Percutaneous ethanol injection (PEI) is a valuable treatment for several health conditions. However, its beneficial and harmful effects in patients with thyroid nodular pathology and metastatic cervical adenopathies have not been assessed in a systematic review.
Methods
A systematic review of available scientific literature on the safety, effectiveness, and cost effectiveness of PEI in thyroid nodular pathology and metastatic cervical adenopathies was performed according to Cochrane Collaboration methods and reported in accordance with the PRISMA statement. A cost-minimization analysis was carried out using a decision tree model. Assuming equal effectiveness between two minimally invasive techniques (PEI and radiofrequency ablation [RFA]), the model compared the costs of the alternatives with a horizon of six months from the perspective of the Spanish National Health System.
Results
Three randomized controlled trials (n=157) evaluating PEI and RFA in patients diagnosed with benign thyroid nodules, 96 with predominantly cystic nodules and 61 with solid nodules, were identified.

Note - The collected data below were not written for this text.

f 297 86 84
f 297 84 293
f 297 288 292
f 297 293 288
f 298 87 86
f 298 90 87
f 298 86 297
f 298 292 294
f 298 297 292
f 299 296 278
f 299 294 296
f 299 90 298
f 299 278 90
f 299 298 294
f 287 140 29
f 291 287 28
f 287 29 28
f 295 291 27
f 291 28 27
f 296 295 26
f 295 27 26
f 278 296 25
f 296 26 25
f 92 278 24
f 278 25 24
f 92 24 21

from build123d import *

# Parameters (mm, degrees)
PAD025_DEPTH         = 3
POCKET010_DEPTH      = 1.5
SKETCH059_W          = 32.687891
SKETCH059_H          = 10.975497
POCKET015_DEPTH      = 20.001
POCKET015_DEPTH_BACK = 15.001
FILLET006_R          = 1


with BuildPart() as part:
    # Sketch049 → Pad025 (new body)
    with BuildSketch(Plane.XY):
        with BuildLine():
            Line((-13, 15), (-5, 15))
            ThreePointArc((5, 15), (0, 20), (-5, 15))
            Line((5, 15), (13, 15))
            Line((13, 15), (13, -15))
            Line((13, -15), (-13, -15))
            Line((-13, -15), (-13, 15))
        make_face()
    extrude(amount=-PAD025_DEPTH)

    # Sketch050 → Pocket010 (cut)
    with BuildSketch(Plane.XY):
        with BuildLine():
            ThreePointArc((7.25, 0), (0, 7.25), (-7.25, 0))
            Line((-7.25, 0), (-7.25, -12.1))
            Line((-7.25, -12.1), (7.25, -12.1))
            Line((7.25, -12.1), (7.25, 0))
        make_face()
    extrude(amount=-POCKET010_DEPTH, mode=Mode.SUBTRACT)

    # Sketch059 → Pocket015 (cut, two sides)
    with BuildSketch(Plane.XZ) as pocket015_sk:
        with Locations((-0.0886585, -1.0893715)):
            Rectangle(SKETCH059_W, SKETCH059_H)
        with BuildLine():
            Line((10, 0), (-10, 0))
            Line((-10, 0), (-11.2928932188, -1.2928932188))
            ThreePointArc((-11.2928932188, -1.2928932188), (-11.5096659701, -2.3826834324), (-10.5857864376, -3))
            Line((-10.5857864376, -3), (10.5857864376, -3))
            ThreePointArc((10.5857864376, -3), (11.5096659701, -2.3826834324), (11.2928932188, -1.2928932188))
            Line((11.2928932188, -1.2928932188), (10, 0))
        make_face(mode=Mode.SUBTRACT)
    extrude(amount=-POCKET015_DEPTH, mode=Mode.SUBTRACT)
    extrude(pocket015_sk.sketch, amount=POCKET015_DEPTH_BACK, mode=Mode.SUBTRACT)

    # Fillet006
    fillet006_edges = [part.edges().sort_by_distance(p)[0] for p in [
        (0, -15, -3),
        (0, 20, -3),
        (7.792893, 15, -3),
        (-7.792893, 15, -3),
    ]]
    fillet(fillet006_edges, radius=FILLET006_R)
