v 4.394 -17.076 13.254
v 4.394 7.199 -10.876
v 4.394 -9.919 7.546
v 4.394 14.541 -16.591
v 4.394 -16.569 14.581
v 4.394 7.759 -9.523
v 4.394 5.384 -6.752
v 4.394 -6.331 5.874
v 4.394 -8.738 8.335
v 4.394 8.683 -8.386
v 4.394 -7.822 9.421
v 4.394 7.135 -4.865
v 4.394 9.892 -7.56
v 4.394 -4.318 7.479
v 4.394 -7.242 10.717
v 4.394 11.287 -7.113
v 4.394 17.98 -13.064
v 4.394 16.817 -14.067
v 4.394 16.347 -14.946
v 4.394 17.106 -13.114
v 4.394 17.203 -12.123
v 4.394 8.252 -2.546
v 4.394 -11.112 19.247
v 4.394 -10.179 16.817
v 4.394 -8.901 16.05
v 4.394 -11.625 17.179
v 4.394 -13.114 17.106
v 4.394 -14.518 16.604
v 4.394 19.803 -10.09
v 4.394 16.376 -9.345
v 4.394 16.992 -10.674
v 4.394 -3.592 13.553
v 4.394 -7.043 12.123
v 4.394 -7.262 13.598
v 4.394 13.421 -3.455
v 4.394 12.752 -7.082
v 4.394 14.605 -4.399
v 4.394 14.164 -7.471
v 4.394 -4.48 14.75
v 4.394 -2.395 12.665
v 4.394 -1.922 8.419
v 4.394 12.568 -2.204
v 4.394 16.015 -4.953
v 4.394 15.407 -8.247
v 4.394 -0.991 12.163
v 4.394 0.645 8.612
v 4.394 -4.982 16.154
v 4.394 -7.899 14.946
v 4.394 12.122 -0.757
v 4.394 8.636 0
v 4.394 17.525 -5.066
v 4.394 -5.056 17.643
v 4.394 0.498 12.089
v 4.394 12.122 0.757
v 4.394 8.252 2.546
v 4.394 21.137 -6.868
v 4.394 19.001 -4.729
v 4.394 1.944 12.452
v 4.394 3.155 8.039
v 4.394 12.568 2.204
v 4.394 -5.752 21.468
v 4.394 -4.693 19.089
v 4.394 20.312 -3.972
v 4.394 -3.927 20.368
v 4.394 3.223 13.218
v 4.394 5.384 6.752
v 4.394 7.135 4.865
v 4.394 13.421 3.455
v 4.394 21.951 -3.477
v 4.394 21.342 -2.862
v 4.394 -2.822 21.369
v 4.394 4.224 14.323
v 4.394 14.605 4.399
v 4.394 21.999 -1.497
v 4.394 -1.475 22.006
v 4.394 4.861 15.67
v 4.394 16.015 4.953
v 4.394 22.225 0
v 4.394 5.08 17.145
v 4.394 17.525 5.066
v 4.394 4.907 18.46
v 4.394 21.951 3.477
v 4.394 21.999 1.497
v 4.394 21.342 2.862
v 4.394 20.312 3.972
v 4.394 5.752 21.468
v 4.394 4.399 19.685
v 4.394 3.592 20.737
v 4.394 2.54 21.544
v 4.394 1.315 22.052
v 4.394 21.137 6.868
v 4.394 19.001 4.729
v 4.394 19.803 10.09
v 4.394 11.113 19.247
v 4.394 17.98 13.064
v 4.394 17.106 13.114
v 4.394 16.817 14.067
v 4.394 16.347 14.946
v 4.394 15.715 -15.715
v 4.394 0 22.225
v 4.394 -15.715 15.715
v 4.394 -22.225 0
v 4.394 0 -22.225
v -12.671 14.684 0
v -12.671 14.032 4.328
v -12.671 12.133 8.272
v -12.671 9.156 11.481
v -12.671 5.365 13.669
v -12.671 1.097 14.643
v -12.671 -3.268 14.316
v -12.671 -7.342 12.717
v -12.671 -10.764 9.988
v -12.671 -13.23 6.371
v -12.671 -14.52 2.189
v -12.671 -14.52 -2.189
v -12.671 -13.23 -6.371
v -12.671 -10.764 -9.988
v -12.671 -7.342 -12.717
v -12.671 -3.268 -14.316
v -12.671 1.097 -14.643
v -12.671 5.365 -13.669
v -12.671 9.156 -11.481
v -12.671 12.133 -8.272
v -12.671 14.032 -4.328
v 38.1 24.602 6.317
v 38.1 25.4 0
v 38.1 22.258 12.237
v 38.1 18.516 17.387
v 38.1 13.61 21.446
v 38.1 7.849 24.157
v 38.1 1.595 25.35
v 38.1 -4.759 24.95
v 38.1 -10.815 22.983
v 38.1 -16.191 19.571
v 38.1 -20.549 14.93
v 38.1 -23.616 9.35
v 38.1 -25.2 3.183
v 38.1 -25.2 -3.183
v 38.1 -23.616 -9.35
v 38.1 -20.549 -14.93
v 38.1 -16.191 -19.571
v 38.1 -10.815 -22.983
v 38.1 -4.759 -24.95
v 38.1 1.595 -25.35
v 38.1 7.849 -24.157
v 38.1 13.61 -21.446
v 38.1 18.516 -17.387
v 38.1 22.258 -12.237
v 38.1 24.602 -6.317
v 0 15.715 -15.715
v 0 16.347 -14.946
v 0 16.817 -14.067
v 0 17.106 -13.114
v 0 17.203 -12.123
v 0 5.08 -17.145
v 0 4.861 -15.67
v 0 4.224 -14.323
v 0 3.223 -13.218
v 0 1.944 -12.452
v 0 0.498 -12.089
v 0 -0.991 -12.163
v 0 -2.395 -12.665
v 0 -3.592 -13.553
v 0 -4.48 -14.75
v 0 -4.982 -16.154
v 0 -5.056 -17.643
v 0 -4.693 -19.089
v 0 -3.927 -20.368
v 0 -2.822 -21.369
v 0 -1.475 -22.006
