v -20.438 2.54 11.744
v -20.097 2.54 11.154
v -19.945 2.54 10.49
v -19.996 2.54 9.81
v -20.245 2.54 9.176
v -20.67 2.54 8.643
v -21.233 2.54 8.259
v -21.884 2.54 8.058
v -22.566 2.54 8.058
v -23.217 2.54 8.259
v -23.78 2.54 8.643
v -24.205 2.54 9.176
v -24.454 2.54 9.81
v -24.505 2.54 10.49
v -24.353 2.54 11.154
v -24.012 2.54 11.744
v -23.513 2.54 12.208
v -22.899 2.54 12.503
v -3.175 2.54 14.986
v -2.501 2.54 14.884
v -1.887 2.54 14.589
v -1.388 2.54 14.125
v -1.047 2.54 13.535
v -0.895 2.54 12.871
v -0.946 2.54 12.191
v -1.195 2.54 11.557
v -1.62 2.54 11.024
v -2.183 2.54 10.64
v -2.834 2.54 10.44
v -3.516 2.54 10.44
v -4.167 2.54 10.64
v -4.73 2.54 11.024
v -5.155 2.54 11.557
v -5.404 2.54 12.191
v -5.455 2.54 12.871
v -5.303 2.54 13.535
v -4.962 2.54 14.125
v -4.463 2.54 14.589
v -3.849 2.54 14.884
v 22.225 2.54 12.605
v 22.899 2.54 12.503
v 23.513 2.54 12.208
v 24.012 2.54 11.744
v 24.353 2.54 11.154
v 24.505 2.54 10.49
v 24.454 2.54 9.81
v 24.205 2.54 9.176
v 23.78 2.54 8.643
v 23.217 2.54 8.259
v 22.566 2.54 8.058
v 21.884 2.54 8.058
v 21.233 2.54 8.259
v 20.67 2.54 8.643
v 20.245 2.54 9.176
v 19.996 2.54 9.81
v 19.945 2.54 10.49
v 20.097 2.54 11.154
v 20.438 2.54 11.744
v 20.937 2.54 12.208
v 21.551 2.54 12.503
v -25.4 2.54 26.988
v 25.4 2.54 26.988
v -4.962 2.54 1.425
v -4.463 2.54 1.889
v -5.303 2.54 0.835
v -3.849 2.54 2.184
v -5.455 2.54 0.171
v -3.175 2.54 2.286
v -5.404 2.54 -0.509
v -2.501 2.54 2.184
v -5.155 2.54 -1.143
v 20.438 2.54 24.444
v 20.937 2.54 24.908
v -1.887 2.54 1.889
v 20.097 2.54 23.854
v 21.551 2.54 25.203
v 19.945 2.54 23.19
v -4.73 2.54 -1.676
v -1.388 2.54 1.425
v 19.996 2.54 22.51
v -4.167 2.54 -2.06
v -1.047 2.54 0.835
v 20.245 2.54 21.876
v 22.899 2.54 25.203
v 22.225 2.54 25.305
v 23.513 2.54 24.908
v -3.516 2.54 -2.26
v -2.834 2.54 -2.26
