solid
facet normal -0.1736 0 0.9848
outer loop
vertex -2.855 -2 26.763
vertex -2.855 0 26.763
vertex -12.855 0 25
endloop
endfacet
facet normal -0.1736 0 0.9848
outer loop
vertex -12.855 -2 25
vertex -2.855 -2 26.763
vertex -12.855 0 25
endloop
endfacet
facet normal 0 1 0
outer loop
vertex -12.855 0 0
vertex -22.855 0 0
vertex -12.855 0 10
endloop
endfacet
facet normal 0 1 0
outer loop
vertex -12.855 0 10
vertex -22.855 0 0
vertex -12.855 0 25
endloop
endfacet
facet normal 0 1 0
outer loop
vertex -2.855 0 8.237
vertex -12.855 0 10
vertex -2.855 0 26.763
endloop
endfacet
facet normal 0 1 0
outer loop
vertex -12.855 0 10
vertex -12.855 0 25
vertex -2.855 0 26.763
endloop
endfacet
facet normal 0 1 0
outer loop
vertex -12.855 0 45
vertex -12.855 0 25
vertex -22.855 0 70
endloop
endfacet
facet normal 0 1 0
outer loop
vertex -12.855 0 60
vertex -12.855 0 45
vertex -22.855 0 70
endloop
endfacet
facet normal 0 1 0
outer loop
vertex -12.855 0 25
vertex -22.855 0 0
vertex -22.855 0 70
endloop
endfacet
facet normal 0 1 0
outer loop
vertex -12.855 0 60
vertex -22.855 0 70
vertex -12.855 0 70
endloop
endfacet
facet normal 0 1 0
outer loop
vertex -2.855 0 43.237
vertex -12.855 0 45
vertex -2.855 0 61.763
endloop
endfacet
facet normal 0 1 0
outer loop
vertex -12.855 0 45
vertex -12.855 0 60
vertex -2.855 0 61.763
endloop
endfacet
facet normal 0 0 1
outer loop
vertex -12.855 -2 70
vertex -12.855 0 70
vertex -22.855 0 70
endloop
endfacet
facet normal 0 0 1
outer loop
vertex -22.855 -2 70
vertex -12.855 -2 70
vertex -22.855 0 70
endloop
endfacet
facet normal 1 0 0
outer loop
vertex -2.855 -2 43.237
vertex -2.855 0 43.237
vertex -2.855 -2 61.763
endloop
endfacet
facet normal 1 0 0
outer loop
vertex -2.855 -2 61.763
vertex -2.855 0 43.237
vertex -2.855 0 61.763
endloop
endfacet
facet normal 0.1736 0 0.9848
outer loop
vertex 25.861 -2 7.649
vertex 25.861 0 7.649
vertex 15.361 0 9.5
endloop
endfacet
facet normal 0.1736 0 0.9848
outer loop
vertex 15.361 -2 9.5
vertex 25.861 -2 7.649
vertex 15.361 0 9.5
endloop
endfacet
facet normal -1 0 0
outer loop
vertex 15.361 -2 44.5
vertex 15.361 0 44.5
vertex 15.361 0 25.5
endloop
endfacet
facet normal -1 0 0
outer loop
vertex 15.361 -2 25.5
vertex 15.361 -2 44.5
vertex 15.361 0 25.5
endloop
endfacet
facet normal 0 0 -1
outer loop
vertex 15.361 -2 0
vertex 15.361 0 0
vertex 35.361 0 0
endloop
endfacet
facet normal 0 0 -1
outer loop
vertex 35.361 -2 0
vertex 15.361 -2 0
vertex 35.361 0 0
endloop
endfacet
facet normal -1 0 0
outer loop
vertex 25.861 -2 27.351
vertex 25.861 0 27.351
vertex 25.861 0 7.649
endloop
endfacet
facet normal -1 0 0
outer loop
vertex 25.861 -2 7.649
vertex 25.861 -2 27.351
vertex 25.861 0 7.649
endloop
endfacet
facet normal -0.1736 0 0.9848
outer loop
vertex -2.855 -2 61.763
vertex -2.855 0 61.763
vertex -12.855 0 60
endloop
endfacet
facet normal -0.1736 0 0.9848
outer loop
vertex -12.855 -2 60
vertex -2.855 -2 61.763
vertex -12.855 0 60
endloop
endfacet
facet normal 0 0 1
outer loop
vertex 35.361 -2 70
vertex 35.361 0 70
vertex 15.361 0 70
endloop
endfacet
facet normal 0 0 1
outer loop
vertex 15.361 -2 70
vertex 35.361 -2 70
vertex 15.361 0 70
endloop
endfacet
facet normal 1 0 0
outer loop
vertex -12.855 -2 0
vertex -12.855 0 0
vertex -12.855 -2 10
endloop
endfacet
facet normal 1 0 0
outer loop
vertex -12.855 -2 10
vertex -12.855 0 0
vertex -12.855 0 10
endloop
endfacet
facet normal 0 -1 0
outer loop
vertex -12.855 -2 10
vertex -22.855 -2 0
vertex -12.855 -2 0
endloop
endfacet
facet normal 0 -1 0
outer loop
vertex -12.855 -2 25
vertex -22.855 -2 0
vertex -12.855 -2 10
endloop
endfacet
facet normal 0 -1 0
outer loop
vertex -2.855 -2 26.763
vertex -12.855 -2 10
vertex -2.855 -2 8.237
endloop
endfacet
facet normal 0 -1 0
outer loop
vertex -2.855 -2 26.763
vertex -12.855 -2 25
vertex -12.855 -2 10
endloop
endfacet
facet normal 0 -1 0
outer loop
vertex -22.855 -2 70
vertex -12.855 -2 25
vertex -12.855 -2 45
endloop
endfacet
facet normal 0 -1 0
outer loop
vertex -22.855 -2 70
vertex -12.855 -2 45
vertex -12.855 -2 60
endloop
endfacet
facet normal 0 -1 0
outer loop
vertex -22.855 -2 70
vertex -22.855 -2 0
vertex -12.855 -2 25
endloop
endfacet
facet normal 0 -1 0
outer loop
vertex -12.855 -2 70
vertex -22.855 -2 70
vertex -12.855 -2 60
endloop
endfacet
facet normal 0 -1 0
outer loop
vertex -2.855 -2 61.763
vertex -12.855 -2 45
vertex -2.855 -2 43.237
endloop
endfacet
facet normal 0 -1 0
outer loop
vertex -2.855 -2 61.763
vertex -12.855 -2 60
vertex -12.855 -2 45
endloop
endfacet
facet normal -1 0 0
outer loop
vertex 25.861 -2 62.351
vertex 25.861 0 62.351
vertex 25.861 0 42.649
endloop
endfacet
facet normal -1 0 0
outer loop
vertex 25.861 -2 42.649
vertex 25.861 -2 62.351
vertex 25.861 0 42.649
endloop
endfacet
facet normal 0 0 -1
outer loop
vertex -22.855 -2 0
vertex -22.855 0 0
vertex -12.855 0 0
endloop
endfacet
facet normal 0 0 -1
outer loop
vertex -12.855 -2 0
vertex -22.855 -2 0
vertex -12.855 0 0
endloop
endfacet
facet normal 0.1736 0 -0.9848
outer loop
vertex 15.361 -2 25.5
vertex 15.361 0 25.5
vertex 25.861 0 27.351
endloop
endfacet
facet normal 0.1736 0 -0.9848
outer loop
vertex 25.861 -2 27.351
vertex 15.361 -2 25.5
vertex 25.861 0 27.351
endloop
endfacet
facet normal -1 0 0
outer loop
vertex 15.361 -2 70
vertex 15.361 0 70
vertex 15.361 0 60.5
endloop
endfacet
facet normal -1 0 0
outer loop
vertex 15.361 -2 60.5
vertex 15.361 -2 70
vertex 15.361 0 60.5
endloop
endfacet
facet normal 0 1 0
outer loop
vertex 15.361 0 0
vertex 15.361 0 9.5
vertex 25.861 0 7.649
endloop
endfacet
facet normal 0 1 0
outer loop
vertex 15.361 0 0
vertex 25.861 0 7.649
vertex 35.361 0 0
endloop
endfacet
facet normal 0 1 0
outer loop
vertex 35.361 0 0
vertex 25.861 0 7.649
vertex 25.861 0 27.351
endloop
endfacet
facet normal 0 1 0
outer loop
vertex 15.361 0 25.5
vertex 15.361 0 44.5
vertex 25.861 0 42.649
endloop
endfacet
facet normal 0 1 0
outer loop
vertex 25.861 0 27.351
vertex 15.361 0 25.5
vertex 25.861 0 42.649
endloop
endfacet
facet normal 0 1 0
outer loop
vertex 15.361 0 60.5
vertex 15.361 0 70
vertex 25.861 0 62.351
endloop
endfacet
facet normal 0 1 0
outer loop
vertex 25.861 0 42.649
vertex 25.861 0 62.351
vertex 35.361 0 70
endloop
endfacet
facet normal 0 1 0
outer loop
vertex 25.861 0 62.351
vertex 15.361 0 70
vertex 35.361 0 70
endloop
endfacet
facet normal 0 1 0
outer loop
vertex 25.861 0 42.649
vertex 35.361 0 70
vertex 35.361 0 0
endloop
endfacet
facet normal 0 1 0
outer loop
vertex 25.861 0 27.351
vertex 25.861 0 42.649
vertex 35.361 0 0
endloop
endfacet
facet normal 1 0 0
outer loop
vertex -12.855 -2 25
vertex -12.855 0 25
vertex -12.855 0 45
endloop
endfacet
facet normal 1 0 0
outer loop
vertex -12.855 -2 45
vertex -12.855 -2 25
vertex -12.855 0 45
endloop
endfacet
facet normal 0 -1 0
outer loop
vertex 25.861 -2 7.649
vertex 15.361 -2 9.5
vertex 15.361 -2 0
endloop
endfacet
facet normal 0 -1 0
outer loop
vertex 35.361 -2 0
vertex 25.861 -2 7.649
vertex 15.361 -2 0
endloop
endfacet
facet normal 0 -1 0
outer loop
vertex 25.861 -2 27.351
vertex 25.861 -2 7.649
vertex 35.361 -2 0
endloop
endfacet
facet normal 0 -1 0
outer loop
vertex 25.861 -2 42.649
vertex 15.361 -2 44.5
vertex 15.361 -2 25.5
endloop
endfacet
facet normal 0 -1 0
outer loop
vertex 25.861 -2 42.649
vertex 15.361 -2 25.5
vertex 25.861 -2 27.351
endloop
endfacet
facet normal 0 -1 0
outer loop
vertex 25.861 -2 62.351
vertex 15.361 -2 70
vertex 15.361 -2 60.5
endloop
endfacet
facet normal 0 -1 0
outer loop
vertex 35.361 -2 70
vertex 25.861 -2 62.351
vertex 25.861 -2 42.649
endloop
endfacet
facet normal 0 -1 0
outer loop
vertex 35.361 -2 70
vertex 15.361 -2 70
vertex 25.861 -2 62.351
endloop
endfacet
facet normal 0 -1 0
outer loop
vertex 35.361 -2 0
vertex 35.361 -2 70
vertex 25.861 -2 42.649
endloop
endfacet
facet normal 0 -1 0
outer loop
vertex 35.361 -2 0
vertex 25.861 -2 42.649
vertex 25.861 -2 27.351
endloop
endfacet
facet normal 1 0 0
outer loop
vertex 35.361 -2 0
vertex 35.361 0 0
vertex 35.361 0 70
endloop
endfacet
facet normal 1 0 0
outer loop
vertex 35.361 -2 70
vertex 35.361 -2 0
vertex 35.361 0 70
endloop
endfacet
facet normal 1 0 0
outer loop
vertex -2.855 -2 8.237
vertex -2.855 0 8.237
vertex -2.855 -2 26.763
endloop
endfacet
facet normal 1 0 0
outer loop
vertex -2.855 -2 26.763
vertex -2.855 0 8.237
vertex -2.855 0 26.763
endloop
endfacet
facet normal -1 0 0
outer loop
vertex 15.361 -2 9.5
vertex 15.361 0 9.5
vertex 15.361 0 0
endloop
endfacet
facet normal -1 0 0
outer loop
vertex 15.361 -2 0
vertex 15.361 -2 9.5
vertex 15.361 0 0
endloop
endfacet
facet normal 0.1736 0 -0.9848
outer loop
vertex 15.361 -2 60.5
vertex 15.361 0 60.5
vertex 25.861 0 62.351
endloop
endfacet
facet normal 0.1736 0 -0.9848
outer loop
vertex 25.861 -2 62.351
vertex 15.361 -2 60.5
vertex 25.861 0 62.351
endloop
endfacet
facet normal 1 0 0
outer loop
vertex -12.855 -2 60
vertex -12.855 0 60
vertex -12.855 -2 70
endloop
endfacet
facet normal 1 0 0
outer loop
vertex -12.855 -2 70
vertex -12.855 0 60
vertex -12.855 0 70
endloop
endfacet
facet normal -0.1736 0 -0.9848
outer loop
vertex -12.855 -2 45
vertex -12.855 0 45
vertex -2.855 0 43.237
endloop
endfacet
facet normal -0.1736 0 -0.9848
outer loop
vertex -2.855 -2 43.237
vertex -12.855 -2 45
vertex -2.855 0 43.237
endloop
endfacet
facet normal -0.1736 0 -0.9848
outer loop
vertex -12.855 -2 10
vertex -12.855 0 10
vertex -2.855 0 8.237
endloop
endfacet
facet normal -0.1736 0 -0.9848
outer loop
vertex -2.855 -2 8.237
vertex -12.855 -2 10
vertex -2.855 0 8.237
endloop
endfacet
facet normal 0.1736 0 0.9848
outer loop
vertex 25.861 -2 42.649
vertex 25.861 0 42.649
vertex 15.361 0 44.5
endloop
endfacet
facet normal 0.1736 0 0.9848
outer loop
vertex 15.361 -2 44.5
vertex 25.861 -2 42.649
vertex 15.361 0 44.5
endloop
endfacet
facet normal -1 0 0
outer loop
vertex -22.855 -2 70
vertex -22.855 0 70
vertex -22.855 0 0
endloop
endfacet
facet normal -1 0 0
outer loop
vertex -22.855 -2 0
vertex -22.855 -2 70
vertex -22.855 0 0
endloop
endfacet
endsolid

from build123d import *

# Parameters (mm, degrees)
F1_DEPTH = 2


with BuildPart() as f1:
    # F0 (on Front) → F1 (new body)
    with BuildSketch(Plane.XZ):
        Polygon((-22.85489, 0), (-12.85489, 0), (-12.85489, 10), (-2.85489, 8.23673), (-2.85489, 26.76327), (-12.85489, 25), (-12.85489, 35), (-12.85489, 45), (-2.85489, 43.23673), (-2.85489, 61.76327), (-12.85489, 60), (-12.85489, 70), (-22.85489, 70), (-22.85489, 35), align=None)
        Polygon((15.360895, 9.5), (15.360895, 0), (35.360895, 0), (35.360895, 35), (35.360895, 70), (15.360895, 70), (15.360895, 60.5), (25.860895, 62.351433), (25.860895, 42.648567), (15.360895, 44.5), (15.360895, 35), (15.360895, 25.5), (25.860895, 27.351433), (25.860895, 7.648567), align=None)
    extrude(amount=F1_DEPTH)


solid = f1.part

No evidence was found on other techniques or thyroid nodular pathology. No statistically significant differences were observed between PEI and RFA in proportion of volume reduction, symptom score, cosmetic score, therapeutic success, or major complications. No economic evaluations were identified. The cost-minimization analysis estimated the cost per patient of the PEI procedure to be EUR326, compared with EUR4,781 for RFA, with an incremental difference of −EUR4,455.
Conclusions
There are no differences between PEI and RFA in terms of safety and effectiveness, but the economic evaluation determined that the former option is cheaper.